## EXERCISE MATERIAL
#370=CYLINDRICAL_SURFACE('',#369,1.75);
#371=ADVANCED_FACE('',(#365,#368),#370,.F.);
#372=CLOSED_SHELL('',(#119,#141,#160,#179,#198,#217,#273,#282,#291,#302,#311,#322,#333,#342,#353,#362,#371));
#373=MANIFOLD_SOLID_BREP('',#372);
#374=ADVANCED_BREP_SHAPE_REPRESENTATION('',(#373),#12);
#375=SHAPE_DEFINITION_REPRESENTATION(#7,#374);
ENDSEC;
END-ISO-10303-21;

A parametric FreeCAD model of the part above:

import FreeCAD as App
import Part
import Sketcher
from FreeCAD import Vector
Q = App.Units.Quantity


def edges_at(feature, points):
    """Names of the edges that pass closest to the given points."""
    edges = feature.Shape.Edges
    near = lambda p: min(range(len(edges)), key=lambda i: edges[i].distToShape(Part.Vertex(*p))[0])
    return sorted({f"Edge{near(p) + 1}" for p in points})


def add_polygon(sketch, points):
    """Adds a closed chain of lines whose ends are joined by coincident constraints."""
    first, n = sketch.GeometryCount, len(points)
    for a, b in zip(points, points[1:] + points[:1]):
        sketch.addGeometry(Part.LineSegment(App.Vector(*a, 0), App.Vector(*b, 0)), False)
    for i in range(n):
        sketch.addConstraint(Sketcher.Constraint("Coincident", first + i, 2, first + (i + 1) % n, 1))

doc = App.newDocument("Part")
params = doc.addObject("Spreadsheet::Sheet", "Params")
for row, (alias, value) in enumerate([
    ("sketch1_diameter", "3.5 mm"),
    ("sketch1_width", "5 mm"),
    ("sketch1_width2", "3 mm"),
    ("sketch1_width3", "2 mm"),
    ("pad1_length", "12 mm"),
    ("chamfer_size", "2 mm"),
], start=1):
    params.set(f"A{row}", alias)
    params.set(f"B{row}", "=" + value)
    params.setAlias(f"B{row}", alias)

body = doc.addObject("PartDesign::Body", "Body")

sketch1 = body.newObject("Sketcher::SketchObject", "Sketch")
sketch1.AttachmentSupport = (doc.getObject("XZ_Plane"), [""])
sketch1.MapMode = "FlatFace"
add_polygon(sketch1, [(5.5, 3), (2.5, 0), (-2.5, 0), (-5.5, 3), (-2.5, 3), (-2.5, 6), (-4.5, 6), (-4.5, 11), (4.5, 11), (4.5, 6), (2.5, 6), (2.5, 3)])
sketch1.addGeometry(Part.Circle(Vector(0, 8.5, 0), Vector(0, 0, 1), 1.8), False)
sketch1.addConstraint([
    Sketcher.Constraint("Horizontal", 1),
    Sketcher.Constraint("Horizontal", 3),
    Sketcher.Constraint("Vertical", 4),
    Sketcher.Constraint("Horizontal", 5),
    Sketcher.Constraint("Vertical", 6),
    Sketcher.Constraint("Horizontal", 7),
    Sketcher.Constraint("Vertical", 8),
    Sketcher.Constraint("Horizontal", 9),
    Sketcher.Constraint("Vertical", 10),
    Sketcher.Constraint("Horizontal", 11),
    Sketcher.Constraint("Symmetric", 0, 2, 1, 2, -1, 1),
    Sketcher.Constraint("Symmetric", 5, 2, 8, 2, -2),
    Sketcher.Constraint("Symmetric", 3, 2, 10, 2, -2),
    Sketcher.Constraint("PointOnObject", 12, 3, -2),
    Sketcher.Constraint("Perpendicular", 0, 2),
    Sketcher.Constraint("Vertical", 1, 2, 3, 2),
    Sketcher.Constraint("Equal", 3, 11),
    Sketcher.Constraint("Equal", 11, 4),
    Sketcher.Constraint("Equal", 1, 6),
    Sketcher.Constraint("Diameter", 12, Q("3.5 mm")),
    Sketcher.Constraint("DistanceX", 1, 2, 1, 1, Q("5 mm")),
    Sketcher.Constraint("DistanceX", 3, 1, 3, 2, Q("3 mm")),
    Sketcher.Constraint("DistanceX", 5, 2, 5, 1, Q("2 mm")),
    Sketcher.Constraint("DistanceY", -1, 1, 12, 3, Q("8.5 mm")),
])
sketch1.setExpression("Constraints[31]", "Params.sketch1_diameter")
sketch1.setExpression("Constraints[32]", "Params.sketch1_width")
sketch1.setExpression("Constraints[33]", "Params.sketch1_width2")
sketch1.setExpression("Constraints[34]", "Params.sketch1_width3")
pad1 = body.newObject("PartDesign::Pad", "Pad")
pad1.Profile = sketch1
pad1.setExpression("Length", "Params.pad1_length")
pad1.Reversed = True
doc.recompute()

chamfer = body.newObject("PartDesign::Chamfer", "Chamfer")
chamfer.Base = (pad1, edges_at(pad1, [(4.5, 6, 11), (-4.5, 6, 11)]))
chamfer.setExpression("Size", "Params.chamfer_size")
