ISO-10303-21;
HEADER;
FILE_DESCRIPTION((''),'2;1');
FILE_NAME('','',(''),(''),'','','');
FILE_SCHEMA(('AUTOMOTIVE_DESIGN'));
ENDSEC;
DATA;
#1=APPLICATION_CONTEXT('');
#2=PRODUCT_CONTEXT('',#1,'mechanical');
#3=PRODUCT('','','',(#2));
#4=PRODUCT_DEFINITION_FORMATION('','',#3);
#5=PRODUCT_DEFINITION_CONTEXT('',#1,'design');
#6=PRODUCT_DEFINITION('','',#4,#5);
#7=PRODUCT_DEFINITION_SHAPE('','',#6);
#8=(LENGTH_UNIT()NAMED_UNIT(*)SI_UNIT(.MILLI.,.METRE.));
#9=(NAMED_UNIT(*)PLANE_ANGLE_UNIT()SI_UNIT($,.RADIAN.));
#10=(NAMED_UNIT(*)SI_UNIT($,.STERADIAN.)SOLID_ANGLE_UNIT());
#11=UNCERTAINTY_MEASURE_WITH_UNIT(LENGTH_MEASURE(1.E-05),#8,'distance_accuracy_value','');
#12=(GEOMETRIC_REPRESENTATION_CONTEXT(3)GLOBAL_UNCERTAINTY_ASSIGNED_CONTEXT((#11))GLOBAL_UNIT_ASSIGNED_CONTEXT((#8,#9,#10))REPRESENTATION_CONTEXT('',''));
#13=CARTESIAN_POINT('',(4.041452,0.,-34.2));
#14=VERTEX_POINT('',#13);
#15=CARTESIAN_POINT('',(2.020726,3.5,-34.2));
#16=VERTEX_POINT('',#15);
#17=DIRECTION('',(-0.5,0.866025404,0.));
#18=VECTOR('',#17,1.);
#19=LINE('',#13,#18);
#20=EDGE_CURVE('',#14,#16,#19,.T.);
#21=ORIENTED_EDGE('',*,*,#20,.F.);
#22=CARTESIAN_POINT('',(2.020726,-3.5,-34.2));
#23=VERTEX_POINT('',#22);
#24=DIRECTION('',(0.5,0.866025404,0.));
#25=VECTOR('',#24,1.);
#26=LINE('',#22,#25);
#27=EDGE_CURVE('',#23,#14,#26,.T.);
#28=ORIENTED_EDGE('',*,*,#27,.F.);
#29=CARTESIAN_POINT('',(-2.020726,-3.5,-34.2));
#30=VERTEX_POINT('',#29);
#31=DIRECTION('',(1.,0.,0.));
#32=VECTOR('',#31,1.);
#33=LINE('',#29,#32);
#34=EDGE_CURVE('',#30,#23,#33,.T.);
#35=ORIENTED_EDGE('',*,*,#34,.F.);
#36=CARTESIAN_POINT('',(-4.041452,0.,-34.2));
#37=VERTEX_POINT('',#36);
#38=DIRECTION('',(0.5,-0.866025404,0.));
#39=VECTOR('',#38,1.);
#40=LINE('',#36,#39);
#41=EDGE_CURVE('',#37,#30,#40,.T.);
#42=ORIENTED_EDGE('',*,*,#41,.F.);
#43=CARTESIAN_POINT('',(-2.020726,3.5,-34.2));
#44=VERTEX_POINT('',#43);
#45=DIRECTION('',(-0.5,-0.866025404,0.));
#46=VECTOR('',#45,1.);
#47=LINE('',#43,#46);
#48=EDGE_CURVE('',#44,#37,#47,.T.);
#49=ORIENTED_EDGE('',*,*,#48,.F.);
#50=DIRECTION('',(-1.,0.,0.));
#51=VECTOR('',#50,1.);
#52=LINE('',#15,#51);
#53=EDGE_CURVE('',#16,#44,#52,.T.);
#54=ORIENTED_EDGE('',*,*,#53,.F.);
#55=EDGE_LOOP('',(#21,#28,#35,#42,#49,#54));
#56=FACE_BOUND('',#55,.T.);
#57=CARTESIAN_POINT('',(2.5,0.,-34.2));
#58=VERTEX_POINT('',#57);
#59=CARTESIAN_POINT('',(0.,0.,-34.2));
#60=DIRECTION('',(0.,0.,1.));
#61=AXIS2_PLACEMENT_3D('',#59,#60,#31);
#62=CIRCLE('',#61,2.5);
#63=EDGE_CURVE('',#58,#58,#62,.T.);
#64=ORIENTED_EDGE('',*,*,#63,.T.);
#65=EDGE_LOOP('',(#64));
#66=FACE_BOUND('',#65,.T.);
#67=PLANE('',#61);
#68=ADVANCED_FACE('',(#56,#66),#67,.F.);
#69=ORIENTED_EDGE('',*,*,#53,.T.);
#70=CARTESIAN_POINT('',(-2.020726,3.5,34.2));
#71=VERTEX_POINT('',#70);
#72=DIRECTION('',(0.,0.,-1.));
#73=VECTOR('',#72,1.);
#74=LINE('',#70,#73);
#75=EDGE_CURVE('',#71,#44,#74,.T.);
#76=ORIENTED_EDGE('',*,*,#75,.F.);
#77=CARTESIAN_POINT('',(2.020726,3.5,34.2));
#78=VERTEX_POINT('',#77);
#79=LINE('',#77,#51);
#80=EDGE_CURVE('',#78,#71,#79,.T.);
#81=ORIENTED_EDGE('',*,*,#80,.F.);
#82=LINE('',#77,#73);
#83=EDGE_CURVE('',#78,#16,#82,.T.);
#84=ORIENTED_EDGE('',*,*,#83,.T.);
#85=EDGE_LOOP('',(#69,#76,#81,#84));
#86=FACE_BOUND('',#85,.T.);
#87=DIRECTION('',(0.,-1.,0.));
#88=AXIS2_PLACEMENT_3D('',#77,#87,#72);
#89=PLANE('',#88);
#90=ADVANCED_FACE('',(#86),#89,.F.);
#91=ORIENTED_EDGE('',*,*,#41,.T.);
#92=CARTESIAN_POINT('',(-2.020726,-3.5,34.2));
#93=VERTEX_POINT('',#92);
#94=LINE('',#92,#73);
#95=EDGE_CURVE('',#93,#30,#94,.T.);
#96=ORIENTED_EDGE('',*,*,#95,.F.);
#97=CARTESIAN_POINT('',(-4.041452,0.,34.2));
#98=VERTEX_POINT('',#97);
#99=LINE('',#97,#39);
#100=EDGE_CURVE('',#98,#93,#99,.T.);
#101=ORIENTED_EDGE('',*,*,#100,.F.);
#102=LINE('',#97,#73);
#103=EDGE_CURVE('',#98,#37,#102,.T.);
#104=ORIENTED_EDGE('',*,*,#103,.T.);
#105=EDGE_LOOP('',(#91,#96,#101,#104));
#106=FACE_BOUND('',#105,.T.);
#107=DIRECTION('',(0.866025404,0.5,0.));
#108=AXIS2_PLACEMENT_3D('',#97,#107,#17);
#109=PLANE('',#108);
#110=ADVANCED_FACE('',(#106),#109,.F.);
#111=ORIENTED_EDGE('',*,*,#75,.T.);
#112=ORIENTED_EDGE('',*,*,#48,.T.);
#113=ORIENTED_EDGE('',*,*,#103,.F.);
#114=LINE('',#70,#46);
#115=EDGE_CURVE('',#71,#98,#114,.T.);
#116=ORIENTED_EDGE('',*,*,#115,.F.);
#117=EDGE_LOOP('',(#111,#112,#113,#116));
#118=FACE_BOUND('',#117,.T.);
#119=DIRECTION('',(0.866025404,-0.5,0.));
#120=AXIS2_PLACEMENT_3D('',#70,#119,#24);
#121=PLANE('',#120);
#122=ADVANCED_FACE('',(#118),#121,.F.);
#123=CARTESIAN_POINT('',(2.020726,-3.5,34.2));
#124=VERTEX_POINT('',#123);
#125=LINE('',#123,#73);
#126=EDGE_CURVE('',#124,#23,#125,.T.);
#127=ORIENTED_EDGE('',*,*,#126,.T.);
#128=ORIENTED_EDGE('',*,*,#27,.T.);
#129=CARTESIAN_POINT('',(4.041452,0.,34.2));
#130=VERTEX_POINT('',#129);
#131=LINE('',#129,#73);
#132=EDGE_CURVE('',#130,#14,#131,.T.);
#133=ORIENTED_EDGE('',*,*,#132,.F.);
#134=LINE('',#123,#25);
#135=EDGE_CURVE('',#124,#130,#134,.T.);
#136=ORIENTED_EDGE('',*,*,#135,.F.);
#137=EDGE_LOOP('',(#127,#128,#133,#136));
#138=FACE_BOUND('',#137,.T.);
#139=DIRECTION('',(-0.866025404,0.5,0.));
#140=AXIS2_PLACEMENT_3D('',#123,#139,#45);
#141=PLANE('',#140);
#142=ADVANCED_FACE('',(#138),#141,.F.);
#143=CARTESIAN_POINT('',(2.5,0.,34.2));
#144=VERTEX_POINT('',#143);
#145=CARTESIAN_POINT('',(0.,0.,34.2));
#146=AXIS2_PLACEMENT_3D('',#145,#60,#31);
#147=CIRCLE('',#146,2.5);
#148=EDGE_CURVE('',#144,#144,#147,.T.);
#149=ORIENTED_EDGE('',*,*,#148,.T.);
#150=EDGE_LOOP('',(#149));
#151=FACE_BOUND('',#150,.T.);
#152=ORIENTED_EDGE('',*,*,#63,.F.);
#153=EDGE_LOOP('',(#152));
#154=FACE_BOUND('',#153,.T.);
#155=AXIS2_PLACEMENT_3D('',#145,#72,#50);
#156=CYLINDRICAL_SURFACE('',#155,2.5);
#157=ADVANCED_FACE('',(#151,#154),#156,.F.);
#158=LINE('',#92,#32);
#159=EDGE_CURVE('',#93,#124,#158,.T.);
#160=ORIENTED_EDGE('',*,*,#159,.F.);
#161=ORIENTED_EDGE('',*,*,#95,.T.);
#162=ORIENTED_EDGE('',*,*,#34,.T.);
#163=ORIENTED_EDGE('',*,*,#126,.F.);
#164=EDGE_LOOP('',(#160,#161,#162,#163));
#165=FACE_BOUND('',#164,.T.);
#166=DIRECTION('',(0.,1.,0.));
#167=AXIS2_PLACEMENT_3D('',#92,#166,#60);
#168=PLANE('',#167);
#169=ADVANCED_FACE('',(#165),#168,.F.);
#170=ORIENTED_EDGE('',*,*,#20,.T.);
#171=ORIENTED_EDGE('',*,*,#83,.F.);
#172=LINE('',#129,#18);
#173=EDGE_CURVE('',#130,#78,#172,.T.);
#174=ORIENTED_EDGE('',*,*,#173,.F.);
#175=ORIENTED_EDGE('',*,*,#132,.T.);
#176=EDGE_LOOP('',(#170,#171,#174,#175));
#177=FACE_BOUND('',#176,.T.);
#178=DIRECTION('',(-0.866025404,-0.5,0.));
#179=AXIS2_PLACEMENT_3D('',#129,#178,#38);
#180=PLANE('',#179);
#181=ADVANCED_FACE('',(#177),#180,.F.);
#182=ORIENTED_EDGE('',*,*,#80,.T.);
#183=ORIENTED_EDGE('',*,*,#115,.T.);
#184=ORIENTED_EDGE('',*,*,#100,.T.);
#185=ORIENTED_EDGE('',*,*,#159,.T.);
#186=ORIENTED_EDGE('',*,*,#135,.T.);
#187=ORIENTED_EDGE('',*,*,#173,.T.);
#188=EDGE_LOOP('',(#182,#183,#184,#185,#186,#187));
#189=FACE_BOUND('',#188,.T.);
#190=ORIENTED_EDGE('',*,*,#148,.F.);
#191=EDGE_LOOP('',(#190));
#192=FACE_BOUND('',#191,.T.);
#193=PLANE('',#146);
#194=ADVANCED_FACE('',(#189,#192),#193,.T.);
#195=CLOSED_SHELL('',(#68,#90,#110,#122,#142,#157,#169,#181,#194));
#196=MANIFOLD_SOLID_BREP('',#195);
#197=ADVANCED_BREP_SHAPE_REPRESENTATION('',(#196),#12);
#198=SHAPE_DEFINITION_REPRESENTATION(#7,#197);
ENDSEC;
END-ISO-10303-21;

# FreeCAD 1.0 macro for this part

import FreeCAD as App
import Part
import Sketcher

V = App.Vector
Q = App.Units.Quantity

doc = App.newDocument("Part")
params = doc.addObject("Spreadsheet::Sheet", "Params")
for row, (alias, value) in enumerate([
    ("sketch1_diameter", "5 mm"),
    ("pad1_length", "68.4 mm"),
], start=1):
    params.set(f"A{row}", alias)
    params.set(f"B{row}", "=" + value)
    params.setAlias(f"B{row}", alias)

body = doc.addObject("PartDesign::Body", "Body")

# Sketch on XY plane
sketch1 = doc.addObject("Sketcher::SketchObject", "Sketch")
body.addObject(sketch1)
sketch1.AttachmentSupport = (doc.XY_Plane, [""])
sketch1.MapMode = "FlatFace"
sketch1.addGeometry([
    Part.LineSegment(V(-4, 0, 0), V(-2, -3.5, 0)),  # 0
    Part.LineSegment(V(-2, -3.5, 0), V(2, -3.5, 0)),  # 1
    Part.LineSegment(V(2, -3.5, 0), V(4, 0, 0)),  # 2
    Part.LineSegment(V(4, 0, 0), V(2, 3.5, 0)),  # 3
    Part.LineSegment(V(2, 3.5, 0), V(-2, 3.5, 0)),  # 4
    Part.LineSegment(V(-2, 3.5, 0), V(-4, 0, 0)),  # 5
    Part.Circle(V(0, 0, 0), V(0, 0, 1), 2.5),  # 6
], False)
sketch1.addConstraint([
    Sketcher.Constraint("Coincident", 0, 2, 1, 1),
    Sketcher.Constraint("Coincident", 1, 2, 2, 1),
    Sketcher.Constraint("Coincident", 2, 2, 3, 1),
    Sketcher.Constraint("Coincident", 3, 2, 4, 1),
    Sketcher.Constraint("Coincident", 4, 2, 5, 1),
    Sketcher.Constraint("Coincident", 5, 2, 0, 1),
    Sketcher.Constraint("Horizontal", 1),
    Sketcher.Constraint("Horizontal", 4),
    Sketcher.Constraint("Coincident", 6, 3, -1, 1),
    Sketcher.Constraint("Symmetric", 0, 2, 3, 2, -1, 1),
    Sketcher.Constraint("Symmetric", 2, 2, 5, 2, -1, 1),
    Sketcher.Constraint("PointOnObject", 2, 2, -1),
    Sketcher.Constraint("Parallel", 2, 5),
    Sketcher.Constraint("Vertical", 1, 2, 3, 2),
    Sketcher.Constraint("Diameter", 6, 5.0),
    Sketcher.Constraint("Angle", 0, Q("-60 deg")),
    Sketcher.Constraint("DistanceY", 1, 2, 3, 2, 7.0),
    Sketcher.Constraint("DistanceX", 1, 1, 1, 2, 4.041452),
])
sketch1.setExpression("Constraints[14]", "Params.sketch1_diameter")
pad1 = doc.addObject("PartDesign::Pad", "Pad")
body.addObject(pad1)
pad1.Profile = sketch1
pad1.setExpression("Length", "Params.pad1_length")
pad1.Midplane = True

doc.recompute()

## REQUIRED ACTION
Would you copy out every line in the records that includes the string "feature"?

## RESULT FOR THIS TASK
def edges_at(feature, points):
    edges = feature.Shape.Edges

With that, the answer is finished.